Example Question #11 : Find A Percent Of A Quantity As A Rate Per 100: Ccss.Math.Content.6.Rp.A.3c

Red is a very popular car color. A production company manufactures cars and parks them in a lot behind the plant. There are \displaystyle 800 cars in the parking lot and \displaystyle 80\% of them are red. How many red cars are in the parking lot?

Possible Answers:

\displaystyle 640

\displaystyle 630

\displaystyle 460

\displaystyle 80

\displaystyle 360

Correct answer:

\displaystyle 640

Explanation:

We can use ratios and proportions to solve this problem. Percentages can be written as ratios. The word “percent” means for every hundred. In the problem, we are told that \displaystyle 80\% of the cars are red. In other words, for every hundred cars \displaystyle 80 of them are red. We can write the following ratio:

\displaystyle 80:100\rightarrow\frac{80}{100}

Reduce.

\displaystyle \frac{80}{100}\rightarrow \frac{8}{10}\rightarrow \frac{4}{5}

We know that there are \displaystyle 800 cars in the parking lot. We can write the following ratio by substituting the variable \displaystyle Red for the number of red cars:

\displaystyle Red:800\rightarrow \frac{Red}{800}

Now, we can create a proportion using our two ratios.

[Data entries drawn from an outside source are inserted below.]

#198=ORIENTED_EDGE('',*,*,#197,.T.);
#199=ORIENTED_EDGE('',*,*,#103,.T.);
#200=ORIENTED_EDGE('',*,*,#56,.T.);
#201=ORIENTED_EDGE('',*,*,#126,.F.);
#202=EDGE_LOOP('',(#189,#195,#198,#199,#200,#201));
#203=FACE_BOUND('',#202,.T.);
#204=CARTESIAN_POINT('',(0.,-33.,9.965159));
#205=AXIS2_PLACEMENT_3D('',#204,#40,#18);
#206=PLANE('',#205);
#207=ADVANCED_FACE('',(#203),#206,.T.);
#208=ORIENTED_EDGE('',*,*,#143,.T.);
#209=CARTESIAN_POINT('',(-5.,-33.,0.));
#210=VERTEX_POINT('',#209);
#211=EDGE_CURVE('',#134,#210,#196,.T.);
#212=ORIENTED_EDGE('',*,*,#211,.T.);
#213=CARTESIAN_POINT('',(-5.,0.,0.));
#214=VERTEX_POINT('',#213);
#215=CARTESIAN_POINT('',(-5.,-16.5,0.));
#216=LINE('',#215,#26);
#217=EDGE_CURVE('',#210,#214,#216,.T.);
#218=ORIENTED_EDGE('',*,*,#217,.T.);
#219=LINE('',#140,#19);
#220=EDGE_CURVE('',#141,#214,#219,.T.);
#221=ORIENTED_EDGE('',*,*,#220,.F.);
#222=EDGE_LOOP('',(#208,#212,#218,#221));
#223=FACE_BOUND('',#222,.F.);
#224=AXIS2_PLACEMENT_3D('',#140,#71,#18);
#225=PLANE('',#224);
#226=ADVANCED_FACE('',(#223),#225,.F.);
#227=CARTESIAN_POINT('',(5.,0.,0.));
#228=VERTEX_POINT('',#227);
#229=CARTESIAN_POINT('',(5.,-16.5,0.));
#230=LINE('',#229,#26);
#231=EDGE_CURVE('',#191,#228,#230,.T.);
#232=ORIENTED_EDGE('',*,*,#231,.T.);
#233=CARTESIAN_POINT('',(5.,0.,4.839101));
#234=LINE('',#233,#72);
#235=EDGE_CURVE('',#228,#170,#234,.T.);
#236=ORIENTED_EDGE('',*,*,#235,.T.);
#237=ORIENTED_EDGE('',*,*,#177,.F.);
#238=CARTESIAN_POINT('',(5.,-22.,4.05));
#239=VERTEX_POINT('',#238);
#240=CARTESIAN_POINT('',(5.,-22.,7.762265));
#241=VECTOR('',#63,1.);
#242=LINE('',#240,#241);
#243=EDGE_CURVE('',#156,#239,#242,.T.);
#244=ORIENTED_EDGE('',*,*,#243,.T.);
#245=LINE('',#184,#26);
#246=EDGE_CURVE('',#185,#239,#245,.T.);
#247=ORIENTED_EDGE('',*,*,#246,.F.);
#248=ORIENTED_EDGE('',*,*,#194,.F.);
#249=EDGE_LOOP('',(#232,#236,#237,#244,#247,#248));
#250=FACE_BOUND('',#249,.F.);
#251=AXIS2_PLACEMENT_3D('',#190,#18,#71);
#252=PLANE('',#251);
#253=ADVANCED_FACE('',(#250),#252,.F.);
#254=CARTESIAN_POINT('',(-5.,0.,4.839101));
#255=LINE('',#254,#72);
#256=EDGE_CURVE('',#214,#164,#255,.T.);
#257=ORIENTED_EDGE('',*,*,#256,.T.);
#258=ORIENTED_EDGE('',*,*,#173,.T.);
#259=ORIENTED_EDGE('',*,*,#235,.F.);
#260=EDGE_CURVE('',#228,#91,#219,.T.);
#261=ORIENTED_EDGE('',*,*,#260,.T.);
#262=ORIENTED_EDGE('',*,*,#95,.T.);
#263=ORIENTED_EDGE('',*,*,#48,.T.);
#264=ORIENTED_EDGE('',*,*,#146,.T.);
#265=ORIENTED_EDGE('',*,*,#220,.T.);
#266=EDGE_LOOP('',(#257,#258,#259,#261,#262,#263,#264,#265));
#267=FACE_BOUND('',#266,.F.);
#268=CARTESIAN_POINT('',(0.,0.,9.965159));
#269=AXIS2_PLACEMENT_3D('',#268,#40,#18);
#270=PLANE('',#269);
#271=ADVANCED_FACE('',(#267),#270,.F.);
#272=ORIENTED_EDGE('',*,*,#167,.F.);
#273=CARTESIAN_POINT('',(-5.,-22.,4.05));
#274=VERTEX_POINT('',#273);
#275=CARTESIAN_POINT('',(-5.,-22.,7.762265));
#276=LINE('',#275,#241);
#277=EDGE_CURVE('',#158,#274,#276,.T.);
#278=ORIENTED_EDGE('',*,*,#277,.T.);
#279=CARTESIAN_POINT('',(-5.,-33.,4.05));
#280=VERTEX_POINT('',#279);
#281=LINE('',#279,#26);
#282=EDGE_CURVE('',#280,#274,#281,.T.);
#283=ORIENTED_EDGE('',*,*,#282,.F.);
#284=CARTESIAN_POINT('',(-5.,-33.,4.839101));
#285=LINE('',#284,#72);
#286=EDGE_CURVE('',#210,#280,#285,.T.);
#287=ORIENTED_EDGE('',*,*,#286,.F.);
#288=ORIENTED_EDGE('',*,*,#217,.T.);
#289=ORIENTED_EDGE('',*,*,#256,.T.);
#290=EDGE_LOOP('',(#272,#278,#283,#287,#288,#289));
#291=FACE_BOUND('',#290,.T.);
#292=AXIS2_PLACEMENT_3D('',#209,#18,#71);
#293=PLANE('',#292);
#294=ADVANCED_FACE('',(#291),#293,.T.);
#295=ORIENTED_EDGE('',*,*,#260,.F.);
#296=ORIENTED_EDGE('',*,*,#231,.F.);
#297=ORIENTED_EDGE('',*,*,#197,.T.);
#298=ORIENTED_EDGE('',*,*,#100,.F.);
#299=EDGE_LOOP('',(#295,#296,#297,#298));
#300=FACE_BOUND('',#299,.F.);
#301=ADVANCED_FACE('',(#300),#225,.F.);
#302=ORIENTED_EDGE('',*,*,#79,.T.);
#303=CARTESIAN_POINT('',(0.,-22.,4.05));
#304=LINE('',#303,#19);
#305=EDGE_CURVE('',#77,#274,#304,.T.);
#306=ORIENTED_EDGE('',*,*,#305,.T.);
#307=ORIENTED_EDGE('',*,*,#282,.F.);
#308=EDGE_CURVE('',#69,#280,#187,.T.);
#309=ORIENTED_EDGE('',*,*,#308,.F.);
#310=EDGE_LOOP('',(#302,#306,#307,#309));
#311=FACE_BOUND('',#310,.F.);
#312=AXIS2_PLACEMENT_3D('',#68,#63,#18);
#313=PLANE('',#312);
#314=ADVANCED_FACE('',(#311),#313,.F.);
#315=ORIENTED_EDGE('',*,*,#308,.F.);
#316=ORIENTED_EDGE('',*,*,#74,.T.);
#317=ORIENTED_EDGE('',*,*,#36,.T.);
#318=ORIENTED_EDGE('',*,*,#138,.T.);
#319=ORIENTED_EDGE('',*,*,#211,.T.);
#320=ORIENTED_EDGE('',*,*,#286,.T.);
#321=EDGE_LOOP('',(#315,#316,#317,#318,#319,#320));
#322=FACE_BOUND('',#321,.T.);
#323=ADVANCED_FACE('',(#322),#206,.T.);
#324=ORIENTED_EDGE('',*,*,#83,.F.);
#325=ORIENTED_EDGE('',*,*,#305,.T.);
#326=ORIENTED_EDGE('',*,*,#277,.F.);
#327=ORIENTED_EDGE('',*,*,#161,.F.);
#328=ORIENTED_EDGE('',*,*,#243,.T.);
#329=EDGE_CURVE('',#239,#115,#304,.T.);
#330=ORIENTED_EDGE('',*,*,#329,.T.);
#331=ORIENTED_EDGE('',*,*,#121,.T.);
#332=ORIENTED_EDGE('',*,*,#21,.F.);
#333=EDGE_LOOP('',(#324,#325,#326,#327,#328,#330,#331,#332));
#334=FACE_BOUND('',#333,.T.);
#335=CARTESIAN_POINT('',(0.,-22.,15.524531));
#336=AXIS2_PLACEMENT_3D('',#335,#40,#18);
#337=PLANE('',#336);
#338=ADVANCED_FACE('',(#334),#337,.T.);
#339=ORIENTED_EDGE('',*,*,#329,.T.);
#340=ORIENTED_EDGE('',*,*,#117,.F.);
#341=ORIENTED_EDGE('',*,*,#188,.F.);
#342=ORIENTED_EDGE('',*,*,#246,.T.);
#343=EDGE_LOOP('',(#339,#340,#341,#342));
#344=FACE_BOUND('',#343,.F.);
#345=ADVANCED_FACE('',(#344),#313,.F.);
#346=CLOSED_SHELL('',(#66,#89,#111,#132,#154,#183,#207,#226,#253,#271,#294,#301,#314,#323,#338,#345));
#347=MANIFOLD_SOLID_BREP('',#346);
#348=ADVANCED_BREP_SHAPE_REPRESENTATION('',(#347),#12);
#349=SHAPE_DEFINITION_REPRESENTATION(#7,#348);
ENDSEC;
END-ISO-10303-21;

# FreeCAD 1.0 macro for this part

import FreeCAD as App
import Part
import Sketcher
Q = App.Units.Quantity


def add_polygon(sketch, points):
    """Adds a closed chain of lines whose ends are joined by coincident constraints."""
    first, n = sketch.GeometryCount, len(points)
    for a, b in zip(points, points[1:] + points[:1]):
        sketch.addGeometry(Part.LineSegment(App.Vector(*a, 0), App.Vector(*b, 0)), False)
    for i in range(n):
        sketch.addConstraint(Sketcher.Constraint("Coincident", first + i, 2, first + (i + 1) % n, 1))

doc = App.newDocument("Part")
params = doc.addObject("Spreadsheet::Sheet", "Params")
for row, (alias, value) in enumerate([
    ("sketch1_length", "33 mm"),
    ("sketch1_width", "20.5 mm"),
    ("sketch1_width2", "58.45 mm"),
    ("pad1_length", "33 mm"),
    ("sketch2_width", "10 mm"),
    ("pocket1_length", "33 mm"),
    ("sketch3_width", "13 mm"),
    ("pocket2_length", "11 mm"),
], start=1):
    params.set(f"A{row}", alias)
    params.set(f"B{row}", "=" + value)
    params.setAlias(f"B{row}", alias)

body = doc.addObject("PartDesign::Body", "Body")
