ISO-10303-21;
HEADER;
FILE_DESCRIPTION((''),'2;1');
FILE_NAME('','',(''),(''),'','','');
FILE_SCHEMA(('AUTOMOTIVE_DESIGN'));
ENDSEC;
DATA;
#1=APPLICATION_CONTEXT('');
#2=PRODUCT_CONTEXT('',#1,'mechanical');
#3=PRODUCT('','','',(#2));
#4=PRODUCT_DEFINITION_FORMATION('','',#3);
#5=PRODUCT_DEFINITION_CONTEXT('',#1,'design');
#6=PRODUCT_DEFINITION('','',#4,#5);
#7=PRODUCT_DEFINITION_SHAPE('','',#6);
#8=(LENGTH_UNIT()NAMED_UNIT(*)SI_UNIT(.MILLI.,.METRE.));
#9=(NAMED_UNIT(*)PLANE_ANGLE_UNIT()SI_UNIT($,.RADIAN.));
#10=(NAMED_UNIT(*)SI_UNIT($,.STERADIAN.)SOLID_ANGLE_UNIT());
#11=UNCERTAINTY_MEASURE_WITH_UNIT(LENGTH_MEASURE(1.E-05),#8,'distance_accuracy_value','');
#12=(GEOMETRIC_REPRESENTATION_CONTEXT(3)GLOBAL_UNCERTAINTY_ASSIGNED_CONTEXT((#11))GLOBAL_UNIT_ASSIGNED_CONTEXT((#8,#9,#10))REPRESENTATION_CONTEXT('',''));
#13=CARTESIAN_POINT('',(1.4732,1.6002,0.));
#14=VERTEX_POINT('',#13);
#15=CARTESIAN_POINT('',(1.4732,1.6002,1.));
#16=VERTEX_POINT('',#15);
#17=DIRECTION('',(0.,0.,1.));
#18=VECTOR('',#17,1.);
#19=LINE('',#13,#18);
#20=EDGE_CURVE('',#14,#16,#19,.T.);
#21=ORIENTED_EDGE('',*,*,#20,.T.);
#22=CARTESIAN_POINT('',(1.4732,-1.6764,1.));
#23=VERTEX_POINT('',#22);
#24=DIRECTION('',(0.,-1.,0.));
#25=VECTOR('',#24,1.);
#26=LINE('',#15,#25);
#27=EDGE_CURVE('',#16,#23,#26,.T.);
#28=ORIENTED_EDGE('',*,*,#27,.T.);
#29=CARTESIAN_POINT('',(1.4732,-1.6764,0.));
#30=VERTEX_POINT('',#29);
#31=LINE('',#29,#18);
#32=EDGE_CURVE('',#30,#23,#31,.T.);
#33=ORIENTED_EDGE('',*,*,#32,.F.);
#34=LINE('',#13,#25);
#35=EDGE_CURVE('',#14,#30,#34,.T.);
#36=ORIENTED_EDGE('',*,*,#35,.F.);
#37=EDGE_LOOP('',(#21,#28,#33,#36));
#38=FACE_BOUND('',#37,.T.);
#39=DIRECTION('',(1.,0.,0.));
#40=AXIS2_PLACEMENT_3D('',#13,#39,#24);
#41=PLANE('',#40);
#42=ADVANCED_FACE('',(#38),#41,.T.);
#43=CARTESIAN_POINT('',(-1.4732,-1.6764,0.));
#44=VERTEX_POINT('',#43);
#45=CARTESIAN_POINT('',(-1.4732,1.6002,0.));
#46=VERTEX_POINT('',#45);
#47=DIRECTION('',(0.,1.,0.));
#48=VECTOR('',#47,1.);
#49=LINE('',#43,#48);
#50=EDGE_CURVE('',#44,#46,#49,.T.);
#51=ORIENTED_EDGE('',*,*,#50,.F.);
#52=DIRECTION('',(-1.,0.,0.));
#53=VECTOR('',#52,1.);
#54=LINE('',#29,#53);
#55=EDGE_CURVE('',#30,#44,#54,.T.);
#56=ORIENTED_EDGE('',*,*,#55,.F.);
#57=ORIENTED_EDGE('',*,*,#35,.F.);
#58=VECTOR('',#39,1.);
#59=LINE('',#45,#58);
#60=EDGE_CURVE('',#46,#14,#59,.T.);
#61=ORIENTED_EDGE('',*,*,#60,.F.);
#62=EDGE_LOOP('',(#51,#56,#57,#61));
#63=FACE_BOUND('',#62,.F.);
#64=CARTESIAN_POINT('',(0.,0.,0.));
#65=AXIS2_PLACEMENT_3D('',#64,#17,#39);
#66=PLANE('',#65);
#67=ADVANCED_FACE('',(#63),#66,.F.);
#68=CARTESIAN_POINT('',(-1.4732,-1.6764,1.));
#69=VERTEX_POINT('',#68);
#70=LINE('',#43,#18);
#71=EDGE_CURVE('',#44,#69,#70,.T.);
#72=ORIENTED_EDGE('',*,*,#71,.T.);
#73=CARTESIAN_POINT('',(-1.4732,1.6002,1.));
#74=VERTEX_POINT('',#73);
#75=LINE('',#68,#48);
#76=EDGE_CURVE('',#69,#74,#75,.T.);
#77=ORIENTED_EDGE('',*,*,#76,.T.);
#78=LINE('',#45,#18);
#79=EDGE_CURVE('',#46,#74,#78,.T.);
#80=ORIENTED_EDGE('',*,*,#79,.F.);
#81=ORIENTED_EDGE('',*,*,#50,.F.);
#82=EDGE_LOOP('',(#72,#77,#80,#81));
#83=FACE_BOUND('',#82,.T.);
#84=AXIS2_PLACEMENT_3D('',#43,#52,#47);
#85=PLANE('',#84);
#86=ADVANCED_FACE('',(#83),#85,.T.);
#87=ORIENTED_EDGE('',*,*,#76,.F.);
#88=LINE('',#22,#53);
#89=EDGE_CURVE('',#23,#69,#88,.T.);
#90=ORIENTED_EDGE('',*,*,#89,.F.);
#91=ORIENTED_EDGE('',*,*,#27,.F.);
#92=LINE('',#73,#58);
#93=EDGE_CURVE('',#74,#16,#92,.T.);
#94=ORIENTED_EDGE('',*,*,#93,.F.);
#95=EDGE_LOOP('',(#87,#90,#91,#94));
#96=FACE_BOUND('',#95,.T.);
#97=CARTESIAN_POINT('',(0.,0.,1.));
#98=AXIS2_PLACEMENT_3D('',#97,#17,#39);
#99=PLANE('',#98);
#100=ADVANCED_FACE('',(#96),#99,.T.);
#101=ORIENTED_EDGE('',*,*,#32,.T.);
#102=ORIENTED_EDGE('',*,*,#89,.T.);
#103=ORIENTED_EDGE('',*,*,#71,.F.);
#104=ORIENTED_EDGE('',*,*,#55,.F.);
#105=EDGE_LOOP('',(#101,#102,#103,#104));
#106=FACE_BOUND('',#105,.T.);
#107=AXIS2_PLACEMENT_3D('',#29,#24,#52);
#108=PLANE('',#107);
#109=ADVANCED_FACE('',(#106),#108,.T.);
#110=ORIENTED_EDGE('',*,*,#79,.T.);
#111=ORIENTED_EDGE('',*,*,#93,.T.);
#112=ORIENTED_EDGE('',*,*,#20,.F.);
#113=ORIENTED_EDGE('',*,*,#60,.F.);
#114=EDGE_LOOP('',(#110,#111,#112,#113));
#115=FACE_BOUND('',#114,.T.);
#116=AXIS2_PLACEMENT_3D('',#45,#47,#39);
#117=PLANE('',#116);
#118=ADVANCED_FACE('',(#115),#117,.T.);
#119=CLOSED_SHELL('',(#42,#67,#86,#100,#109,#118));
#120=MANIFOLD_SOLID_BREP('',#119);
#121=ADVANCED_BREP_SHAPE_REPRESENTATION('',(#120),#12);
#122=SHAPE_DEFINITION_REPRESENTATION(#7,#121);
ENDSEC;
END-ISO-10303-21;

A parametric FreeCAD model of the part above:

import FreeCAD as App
import Part
import Sketcher
from FreeCAD import Vector
Q = App.Units.Quantity


def add_polygon(sketch, points):
    """Adds a closed chain of lines whose ends are joined by coincident constraints."""
    first, n = sketch.GeometryCount, len(points)
    for a, b in zip(points, points[1:] + points[:1]):
        sketch.addGeometry(Part.LineSegment(App.Vector(*a, 0), App.Vector(*b, 0)), False)
    for i in range(n):
        sketch.addConstraint(Sketcher.Constraint("Coincident", first + i, 2, first + (i + 1) % n, 1))

doc = App.newDocument("Part")
body = doc.addObject("PartDesign::Body", "Body")

sketch1 = body.newObject("Sketcher::SketchObject", "Sketch")
sketch1.AttachmentSupport = (doc.getObject("XY_Plane"), [""])
sketch1.MapMode = "FlatFace"
add_polygon(sketch1, [(1.5, 1.6), (-1.5, 1.6), (-1.5, -1.7), (1.5, -1.7)])
sketch1.addConstraint([
    Sketcher.Constraint("Horizontal", 0),
    Sketcher.Constraint("Vertical", 1),
    Sketcher.Constraint("Horizontal", 2),
    Sketcher.Constraint("Vertical", 3),
    Sketcher.Constraint("DistanceX", 0, 2, 0, 1, Q("0.116 in")),
    Sketcher.Constraint("DistanceY", 1, 2, 1, 1, Q("0.129 in")),
    Sketcher.Constraint("DistanceX", 0, 2, -1, 1, Q("0.058 in")),
    Sketcher.Constraint("DistanceY", -1, 1, 0, 2, Q("0.063 in")),
])
pad1 = body.newObject("PartDesign::Pad", "Pad")
pad1.Profile = sketch1
pad1.Length = 1

doc.recompute()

\displaystyle \frac{4}{5}=\frac{Red}{800}

Cross multiply and solve for \displaystyle Red.

\displaystyle 5 \times Red=4\times800

Simplify.

\displaystyle 5 Red=3200

Divide both sides of the equation by \displaystyle 5.

\displaystyle \frac{5Red}{5}=\frac{3200}{5}

Solve.

\displaystyle Red=640

There are \displaystyle 640 red cars in the parking lot.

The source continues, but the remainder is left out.